* [Exercise objective]
From the line with "# Sketch1 → Revolve1 (revolve)" to the line with "# FreeCAD 1.0 macro for this part", retype every line exactly, including those two, and leave out the rest of the data below.

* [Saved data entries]
=== Section Start ===

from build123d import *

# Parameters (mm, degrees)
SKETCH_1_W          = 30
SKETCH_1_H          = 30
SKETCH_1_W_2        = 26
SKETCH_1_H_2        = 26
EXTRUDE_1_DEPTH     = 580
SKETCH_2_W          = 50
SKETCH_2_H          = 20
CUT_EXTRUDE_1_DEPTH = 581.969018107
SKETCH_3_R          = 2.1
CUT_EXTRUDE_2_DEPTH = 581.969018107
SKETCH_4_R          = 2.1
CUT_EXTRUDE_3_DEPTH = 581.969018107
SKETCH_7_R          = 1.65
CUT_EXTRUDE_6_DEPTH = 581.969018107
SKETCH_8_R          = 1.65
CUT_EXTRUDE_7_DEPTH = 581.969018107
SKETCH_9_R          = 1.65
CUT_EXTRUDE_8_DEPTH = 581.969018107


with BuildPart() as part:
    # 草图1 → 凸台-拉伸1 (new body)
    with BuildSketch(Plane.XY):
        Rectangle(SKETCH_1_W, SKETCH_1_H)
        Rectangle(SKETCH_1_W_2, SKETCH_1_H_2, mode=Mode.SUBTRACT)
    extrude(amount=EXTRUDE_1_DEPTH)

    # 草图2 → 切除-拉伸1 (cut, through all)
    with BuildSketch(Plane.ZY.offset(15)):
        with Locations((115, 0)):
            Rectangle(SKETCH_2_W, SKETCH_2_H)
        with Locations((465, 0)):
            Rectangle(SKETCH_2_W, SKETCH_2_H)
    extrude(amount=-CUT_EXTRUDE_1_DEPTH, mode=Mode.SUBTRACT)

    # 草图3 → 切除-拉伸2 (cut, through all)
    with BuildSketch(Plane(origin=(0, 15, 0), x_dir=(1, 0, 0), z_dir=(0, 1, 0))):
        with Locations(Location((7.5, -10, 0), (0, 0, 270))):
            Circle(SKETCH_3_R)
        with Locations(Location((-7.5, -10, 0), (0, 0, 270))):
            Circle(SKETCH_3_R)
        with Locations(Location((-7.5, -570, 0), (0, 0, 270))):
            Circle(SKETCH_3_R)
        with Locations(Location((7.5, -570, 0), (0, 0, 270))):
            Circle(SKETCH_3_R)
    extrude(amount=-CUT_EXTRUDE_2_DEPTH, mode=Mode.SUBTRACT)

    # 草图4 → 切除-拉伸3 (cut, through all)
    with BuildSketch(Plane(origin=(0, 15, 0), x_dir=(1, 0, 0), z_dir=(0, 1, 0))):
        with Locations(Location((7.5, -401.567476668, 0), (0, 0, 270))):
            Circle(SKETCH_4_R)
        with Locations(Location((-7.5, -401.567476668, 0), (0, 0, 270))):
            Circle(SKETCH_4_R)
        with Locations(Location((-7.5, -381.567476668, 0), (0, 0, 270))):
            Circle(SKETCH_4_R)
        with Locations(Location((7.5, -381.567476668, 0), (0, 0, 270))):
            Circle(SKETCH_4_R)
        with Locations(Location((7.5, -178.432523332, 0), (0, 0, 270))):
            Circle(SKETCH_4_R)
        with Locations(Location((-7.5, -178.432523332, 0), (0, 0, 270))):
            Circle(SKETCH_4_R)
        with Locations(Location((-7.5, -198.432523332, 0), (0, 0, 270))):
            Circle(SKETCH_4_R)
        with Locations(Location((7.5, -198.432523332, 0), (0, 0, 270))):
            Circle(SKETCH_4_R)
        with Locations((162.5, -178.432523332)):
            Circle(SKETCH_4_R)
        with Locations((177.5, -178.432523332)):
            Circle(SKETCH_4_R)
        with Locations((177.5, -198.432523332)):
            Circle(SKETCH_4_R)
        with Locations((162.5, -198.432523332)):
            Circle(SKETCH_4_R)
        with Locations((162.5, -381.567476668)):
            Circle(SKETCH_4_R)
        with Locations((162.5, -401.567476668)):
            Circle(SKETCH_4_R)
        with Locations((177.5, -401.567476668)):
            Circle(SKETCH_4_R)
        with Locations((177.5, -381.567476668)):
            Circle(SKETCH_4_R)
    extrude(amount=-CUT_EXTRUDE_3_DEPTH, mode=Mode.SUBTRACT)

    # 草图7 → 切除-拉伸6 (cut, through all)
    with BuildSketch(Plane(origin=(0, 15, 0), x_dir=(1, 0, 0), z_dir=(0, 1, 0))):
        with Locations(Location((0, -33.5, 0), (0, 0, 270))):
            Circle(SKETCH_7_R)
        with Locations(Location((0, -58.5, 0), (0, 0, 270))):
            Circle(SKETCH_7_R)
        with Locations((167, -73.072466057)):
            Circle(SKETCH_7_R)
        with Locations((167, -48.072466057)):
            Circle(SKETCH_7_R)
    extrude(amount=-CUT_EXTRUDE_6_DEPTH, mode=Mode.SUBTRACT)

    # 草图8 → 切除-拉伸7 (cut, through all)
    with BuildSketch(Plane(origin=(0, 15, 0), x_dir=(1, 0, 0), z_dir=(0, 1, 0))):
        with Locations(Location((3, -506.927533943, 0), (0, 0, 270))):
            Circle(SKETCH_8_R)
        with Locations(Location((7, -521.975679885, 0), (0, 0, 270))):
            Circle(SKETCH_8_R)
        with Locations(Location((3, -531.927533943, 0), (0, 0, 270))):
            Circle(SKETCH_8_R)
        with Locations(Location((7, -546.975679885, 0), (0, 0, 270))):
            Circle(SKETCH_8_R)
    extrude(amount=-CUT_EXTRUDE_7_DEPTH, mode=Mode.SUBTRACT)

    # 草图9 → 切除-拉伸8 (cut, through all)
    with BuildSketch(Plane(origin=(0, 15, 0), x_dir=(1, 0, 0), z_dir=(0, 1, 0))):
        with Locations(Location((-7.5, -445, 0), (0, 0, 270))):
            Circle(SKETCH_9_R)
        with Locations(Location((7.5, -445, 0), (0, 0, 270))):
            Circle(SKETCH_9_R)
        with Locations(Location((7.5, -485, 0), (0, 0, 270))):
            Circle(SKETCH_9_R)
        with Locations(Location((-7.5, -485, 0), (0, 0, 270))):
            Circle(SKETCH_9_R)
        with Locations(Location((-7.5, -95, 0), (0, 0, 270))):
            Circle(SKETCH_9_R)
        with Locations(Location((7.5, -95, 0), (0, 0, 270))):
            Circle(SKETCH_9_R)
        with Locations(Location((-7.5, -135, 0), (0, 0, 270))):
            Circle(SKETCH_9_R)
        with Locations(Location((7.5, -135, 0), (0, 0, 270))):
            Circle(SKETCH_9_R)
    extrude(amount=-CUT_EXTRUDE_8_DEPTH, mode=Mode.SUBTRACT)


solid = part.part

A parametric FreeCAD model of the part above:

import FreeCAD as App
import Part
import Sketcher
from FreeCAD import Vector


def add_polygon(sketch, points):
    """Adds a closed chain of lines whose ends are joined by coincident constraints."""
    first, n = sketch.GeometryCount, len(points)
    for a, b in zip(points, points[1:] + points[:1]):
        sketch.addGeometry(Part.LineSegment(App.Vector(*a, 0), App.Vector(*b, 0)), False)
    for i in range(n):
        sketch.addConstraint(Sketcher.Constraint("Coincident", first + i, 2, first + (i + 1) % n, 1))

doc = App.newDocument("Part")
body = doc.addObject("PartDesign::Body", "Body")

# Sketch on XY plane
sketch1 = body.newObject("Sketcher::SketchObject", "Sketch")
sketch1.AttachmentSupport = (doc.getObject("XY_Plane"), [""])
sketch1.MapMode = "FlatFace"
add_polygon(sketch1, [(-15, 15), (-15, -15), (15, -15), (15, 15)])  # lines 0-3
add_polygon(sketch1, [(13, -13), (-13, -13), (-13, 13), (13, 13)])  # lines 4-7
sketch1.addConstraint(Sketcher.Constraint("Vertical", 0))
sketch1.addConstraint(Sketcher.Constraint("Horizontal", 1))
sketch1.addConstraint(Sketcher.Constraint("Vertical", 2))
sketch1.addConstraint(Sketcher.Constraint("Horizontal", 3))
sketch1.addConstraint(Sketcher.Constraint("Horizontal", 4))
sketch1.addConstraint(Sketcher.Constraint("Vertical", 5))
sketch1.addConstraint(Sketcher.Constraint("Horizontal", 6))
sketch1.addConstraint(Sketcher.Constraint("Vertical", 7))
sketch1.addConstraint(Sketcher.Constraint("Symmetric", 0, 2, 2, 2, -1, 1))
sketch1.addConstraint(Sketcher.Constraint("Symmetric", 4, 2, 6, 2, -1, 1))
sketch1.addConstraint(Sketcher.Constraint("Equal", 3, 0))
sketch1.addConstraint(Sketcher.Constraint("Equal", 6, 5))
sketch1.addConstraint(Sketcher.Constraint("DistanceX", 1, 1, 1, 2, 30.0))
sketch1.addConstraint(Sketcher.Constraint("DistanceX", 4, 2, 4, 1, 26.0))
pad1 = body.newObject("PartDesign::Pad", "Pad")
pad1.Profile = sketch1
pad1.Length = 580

=== Section End ===
=== Section Start ===

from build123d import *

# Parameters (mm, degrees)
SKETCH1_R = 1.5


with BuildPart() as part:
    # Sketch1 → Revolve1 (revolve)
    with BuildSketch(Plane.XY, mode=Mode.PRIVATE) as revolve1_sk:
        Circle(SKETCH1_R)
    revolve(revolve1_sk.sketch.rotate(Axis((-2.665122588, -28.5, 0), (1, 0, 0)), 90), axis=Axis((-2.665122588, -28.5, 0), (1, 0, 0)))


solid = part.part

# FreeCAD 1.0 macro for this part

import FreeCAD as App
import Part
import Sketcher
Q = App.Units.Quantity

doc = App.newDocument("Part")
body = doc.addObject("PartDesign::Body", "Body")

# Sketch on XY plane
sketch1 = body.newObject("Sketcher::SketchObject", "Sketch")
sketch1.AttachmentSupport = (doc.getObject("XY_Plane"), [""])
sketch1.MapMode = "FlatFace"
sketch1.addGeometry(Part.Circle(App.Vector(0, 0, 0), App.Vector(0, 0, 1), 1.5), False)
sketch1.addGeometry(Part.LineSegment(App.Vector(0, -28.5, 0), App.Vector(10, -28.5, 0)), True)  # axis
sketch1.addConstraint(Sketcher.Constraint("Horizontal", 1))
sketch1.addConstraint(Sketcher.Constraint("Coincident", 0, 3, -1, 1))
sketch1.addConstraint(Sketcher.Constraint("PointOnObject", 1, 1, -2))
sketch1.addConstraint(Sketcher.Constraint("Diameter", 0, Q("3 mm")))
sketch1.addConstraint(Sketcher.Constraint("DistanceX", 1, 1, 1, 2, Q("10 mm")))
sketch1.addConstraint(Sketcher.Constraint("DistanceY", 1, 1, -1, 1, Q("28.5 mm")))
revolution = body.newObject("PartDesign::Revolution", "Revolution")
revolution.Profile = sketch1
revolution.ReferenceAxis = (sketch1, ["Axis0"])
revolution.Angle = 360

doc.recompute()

=== Section End ===

* [Your solution]
    # Sketch1 → Revolve1 (revolve)
    with BuildSketch(Plane.XY, mode=Mode.PRIVATE) as revolve1_sk:
        Circle(SKETCH1_R)
    revolve(revolve1_sk.sketch.rotate(Axis((-2.665122588, -28.5, 0), (1, 0, 0)), 90), axis=Axis((-2.665122588, -28.5, 0), (1, 0, 0)))


solid = part.part

# FreeCAD 1.0 macro for this part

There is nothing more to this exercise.